Top of Task input
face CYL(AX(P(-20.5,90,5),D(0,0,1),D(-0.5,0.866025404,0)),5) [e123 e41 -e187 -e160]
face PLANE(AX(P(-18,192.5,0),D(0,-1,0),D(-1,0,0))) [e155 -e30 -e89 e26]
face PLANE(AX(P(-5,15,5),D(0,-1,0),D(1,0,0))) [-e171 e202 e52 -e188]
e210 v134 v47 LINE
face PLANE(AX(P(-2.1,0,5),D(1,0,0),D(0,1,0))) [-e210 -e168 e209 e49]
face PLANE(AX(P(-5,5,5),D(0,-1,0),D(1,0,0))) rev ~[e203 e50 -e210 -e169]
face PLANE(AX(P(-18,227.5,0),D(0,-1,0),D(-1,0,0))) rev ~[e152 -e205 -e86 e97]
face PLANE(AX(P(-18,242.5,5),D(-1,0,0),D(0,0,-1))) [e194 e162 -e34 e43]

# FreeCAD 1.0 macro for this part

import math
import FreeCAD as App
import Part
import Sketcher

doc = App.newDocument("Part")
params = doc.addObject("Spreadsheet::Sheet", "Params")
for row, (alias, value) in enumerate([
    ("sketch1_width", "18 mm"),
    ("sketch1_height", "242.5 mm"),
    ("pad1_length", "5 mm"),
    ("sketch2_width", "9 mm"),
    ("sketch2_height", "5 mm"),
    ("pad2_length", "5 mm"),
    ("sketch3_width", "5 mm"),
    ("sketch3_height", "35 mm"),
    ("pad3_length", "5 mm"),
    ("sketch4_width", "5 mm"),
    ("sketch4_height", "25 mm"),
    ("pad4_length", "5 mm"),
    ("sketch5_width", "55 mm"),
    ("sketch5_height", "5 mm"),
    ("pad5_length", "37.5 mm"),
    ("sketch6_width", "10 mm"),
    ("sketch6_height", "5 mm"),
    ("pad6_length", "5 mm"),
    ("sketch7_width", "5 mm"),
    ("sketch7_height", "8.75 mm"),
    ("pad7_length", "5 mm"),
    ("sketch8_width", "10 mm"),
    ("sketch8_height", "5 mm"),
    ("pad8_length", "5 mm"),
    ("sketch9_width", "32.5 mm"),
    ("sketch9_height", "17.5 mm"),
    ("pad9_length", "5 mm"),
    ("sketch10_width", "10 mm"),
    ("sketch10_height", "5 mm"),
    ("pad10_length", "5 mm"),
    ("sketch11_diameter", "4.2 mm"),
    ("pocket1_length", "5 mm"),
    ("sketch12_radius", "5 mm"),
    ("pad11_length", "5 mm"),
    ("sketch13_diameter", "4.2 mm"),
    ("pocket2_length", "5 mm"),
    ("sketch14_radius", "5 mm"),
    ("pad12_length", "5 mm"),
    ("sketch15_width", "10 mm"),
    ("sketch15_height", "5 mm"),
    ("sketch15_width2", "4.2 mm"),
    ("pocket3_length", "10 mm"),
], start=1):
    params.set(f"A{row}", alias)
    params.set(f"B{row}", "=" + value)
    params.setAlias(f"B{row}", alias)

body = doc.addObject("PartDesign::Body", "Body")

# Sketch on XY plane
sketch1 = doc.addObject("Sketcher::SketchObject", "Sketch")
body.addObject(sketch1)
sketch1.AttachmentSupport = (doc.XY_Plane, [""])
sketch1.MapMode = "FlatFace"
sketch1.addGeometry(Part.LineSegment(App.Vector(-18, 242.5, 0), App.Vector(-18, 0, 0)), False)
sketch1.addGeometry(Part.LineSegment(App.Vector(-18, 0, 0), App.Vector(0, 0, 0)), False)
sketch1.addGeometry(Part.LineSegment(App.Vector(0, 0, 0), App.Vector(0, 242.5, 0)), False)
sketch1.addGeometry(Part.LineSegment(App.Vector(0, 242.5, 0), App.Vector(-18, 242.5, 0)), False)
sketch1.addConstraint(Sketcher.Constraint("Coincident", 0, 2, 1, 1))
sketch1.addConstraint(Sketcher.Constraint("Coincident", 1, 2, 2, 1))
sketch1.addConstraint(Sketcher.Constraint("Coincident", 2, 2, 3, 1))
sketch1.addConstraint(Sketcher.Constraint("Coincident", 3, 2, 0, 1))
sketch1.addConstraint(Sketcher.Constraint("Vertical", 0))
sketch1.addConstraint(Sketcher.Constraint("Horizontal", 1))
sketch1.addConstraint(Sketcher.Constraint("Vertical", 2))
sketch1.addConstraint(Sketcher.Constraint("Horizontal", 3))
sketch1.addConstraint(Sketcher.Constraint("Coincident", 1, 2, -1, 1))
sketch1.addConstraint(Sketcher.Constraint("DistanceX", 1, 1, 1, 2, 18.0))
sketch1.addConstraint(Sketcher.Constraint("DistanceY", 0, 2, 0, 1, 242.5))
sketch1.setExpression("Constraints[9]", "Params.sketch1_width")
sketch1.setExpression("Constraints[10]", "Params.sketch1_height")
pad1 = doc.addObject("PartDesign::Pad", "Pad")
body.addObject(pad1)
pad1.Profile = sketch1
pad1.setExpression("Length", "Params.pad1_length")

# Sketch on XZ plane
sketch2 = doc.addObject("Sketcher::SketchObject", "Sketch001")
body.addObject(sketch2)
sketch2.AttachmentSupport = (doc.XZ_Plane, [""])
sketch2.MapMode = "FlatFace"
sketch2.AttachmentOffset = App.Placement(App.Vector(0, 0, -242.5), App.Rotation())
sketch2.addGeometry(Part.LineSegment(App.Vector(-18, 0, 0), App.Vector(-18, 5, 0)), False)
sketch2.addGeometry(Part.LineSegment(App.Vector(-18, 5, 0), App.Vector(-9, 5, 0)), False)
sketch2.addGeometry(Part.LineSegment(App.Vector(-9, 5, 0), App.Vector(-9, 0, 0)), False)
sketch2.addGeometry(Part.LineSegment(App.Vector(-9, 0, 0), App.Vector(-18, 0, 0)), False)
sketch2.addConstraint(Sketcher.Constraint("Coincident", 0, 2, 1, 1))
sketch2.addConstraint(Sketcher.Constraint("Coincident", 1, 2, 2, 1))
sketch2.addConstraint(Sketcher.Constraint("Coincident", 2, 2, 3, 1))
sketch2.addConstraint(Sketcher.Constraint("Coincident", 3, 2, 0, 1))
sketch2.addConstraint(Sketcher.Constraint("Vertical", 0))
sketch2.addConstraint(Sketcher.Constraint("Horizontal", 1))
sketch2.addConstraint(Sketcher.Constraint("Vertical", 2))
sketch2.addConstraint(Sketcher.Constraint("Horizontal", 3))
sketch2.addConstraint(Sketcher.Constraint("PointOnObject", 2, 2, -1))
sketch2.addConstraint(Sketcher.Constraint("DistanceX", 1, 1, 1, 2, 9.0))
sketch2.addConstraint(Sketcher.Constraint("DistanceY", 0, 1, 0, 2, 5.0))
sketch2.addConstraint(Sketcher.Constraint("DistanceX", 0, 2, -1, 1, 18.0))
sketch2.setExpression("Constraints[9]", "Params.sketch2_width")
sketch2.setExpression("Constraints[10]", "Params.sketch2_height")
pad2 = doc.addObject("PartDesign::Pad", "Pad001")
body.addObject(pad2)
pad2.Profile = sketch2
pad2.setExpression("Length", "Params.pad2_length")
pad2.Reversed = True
Bottom of Task input
_Work item_.
In the entries above, find every line with the word "MapMode" and list it.

_Result for this task_.
sketch1.MapMode = "FlatFace"
sketch2.MapMode = "FlatFace"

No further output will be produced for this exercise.